The Eagle of the Ninth

Author: Jeremy Brock
Genre: Action/Historical
Storyline: 3
Dialogue: 5
Characterization: 3
Writer’s Potential: 3

Jump to: [Synopsis] [Comments]




With the help of a Celtic slave, a Roman soldier searches ancient Caledonia for his father.


In 135 AD, 15 years after the Ninth Legion of the Roman army disappeared in northern Britain, MARCUS FLAVIUS AQUILA (23) leads a cohort of 500 troops to a Roman fort in the British countryside. LUTORIUS, a grizzled Centurion, greets Marcus and shows him the ropes. After getting the lay of the land, Marcus asks what they do for fun. Lutorius takes Marcus to CRADOC, a British charioteer. Cradoc shows Marcus the British chariots — larger and less difficult to control than Roman chariots — and they race through the cornfields and forests. Marcus and Cradoc become fast friends, to the consternation of Lutorius, GALBA, and other Centurions, who think Marcus is tainted. Galba explains that Marcus’s father was the man who lost the Eagle of the Ninth, along with 5000 men. Marcus awakens and observes that their shipment of grain hasn’t arrived. Lutorius tells him it’s normal for goods to arrive late.

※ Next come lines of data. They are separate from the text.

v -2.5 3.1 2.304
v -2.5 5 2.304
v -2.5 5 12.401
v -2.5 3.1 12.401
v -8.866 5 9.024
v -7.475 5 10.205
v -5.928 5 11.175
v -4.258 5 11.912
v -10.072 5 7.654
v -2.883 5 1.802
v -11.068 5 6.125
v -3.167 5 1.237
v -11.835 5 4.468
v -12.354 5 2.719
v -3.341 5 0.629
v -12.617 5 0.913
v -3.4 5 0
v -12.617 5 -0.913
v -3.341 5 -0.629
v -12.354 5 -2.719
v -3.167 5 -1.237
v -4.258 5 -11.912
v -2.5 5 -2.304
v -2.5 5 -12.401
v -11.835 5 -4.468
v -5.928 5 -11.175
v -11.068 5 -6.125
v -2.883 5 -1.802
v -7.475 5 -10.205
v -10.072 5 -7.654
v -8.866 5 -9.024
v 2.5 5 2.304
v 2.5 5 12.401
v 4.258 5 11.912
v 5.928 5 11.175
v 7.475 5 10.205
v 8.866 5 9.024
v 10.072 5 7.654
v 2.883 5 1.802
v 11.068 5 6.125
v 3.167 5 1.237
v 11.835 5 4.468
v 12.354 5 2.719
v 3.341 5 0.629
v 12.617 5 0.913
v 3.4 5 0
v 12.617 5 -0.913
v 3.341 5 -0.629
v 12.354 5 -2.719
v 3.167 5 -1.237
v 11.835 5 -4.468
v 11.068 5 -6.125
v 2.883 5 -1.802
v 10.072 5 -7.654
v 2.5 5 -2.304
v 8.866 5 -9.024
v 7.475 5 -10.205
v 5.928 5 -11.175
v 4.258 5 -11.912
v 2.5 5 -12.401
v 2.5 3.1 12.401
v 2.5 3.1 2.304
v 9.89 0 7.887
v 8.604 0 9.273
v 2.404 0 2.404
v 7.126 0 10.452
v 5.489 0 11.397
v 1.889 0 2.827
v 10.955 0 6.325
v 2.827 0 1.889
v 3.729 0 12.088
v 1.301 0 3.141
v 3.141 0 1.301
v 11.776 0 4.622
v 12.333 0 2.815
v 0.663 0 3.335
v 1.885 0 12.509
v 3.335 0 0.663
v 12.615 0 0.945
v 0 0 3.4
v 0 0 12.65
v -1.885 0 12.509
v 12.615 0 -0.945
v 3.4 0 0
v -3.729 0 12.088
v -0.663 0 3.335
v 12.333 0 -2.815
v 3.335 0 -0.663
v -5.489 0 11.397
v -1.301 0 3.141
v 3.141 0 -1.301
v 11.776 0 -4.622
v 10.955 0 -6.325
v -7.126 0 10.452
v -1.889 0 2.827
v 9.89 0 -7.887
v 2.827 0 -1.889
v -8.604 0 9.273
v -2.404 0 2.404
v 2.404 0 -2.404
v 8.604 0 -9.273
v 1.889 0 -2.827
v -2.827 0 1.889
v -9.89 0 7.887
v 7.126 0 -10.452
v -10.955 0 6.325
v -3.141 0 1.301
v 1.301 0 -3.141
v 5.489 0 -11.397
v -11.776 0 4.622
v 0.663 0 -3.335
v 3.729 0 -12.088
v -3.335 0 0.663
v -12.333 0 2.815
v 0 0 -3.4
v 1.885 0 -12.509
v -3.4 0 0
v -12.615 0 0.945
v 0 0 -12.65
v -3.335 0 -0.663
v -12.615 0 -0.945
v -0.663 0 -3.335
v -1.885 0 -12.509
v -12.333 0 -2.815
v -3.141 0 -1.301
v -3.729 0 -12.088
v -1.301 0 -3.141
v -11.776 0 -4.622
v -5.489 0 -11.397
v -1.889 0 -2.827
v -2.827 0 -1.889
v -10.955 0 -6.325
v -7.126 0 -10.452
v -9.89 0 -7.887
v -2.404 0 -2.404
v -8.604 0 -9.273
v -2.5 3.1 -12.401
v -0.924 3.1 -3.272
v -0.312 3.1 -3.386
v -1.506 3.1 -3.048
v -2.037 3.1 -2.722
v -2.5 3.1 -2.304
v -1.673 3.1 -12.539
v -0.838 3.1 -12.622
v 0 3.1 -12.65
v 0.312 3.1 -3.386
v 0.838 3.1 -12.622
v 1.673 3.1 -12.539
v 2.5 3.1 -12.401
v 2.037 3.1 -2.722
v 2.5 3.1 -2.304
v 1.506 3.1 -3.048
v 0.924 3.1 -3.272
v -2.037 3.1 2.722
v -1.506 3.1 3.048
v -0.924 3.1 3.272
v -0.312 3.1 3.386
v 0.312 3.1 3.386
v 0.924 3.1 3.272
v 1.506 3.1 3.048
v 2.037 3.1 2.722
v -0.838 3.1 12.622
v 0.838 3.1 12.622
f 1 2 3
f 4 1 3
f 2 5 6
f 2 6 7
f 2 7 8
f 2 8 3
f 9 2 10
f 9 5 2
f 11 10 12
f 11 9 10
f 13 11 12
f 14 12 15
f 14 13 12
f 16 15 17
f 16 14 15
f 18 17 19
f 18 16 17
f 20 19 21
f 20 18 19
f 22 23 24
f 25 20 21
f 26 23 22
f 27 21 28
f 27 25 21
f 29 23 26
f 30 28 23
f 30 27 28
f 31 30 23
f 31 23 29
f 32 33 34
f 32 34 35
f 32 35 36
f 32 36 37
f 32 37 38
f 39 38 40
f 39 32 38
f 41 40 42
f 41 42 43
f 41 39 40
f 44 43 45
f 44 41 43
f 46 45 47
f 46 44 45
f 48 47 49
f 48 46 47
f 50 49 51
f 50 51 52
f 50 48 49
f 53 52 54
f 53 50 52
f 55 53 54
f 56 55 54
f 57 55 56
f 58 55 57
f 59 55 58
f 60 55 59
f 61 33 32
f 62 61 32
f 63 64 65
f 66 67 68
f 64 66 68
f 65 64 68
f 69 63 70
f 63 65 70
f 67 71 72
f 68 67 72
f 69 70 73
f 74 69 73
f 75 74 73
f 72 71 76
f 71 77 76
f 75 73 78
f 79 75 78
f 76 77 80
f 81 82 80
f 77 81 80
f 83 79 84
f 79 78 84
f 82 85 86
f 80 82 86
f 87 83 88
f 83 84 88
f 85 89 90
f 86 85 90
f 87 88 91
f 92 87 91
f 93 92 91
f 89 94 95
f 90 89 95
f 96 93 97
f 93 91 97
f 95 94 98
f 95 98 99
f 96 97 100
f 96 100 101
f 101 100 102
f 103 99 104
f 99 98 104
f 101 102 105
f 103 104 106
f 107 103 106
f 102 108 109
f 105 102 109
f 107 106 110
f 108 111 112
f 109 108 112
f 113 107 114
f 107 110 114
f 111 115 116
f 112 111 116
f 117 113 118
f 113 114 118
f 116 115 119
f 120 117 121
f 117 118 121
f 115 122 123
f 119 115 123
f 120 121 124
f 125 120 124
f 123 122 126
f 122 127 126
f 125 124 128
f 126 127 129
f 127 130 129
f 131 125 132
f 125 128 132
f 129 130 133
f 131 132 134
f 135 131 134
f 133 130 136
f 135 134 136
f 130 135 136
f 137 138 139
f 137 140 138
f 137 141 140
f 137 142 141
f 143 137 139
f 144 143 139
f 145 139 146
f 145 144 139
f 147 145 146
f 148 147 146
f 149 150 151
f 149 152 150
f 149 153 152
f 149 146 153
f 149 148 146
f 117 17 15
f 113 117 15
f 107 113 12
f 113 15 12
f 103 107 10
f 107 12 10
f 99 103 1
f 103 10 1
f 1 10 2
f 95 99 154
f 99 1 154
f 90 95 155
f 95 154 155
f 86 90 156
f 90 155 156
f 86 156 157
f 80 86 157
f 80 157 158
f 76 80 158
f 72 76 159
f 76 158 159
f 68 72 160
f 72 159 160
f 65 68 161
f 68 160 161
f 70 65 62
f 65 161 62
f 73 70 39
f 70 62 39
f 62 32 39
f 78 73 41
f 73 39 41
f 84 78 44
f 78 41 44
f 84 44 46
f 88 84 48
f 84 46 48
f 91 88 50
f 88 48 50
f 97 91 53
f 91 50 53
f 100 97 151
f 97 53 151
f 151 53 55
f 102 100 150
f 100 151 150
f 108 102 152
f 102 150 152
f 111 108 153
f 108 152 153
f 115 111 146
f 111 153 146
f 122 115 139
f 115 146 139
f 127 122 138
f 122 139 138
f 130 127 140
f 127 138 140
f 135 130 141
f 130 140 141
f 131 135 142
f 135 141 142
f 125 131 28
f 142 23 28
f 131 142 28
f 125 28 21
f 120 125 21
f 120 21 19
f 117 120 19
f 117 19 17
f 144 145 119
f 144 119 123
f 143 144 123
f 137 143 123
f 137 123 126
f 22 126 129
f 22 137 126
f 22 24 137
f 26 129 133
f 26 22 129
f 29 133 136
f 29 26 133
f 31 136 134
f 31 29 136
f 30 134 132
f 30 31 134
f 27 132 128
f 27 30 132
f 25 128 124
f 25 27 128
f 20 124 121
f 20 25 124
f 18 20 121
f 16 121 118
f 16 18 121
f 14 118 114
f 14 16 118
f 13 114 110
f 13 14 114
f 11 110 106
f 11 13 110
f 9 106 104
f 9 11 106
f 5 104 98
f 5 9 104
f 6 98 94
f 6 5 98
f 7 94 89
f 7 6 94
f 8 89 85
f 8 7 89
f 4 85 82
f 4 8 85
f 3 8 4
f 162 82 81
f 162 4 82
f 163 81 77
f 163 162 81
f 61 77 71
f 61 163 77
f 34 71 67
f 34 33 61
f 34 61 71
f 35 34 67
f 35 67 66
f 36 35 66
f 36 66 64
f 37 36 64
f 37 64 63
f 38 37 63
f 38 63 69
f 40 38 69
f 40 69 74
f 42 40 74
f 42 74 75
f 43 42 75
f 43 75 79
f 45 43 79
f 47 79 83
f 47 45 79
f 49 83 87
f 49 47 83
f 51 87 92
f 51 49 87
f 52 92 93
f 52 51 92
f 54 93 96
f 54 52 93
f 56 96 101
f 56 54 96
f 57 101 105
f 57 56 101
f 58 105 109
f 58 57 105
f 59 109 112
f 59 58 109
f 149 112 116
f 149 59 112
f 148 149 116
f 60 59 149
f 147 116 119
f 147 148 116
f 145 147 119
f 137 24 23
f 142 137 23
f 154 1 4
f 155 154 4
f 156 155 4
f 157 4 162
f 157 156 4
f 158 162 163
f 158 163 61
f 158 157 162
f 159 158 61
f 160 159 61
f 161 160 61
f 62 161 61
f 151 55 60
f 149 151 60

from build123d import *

# Parameters (mm, degrees)
ESQUISSE1_W             = 10.15
ESQUISSE1_H             = 5
ENL_V_MAT_EXTRU_1_DEPTH = 1.9
TROU_TARAUD_M81_D       = 6.8
TROU_TARAUD_M81_DEPTH   = 22.25
TROU_TARAUD_M81_TIP     = 2.042926105


with BuildPart() as part:
    # Esquisse1 → Révolution1 (revolve)
    with BuildSketch(Plane.XY, mode=Mode.PRIVATE) as r_volution1_sk:
        with Locations((-7.575, 2.5)):
            Rectangle(ESQUISSE1_W, ESQUISSE1_H)
    revolve(r_volution1_sk.sketch.rotate(Axis((0, 0, 0), (0, 1, 0)), 270), axis=Axis((0, 0, 0), (0, 1, 0)))

    # Esquisse2 → Enlèv. mat.-Extru.1 (cut)
    with BuildSketch(Plane(origin=(0, 5, 0), x_dir=(1, 0, 0), z_dir=(0, 1, 0))):
        with BuildLine():
            Line((-2.5, 12.400504022), (-2.5, -12.400504022))
            ThreePointArc((-2.5, -12.400504022), (0, -12.65), (2.5, -12.400504022))
            Line((2.5, -12.400504022), (2.5, 12.400504022))
            ThreePointArc((2.5, 12.400504022), (0, 12.65), (-2.5, 12.400504022))
        make_face()
    extrude(amount=-ENL_V_MAT_EXTRU_1_DEPTH, mode=Mode.SUBTRACT)

    # Trou taraudé M81
    with Locations(Plane.XZ):
        with Locations((0, 0)):
            Hole(TROU_TARAUD_M81_D / 2, depth=TROU_TARAUD_M81_DEPTH)
            with Locations((0, 0, -(TROU_TARAUD_M81_DEPTH + TROU_TARAUD_M81_TIP / 2))):  # 118° drill point
                Cone(0, TROU_TARAUD_M81_D / 2, TROU_TARAUD_M81_TIP, mode=Mode.SUBTRACT)


solid = part.part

Marcus tells Galba to send out the patrol. While patrolling, Marcus catches sight of creatures sneaking through the tall grass. Unsure of whether or not it’s just cattle, Marcus errs on the side of caution and assembles the troops.

Legionaries and Centurions spring into action, and not a moment too soon. A huge line of Celts attack the fort. In the distance, Marcus sees the cart full of grain. So do the Celts, who form a division between the fort and the cart. Marcus is forced to lead the men out of the fort and into battle. He’s surprised to see Cradoc among the men doing battle. Marcus kills Cradoc. In the distance, Marcus sees a standard bearer carrying the Eagle of the Ninth. He flashes on his father, FLAVIUS, carrying the Eagle through their Tuscan villa. Flavius gives young Marcus a wooden reproduction of the huge, iron Eagle. He tells Marcus that the Eagle is charmed and that if young Marcus talks to his Eagle, Flavius will hear him wherever he is.

In the present, Marcus awakes in his UNCLE AQUILA’s villa. He wonders how he got off the battlefield. Uncle Aquila tells him reinforcements came. Marcus is injured and must rest and recuperate. Uncle Aquila has Marcus play checkers with his slave, STEPHANOS. Some time later, Lutorius visits Marcus with news. The cohort has been rewarded for holding the fort. Marcus is proud, but that’s short-lived: Lutorius sheepishly tells him that he’s being honorably discharged because of his wounds. This sends Marcus into a depression. As he continues to heal at Aquila’s villa, he grows bored. Days later, Marcus asks Aquila what his father was like. Aquila tells Marcus he was the perfect Roman, and that he must have died defending the Eagle. They go to a coliseum and watch gladiators fight to the death. One of the gladiators is ESCA, who bears the blue markings of the Celtic tribe Marcus recently fought. Marcus believes he resembles Cradoc. Esca’s opponent catches him in a net. Marcus tries to convince the audience to choose life after such an unfair victory. Eventually, the audience is swayed. Listening to them, the gladiator spares Esca.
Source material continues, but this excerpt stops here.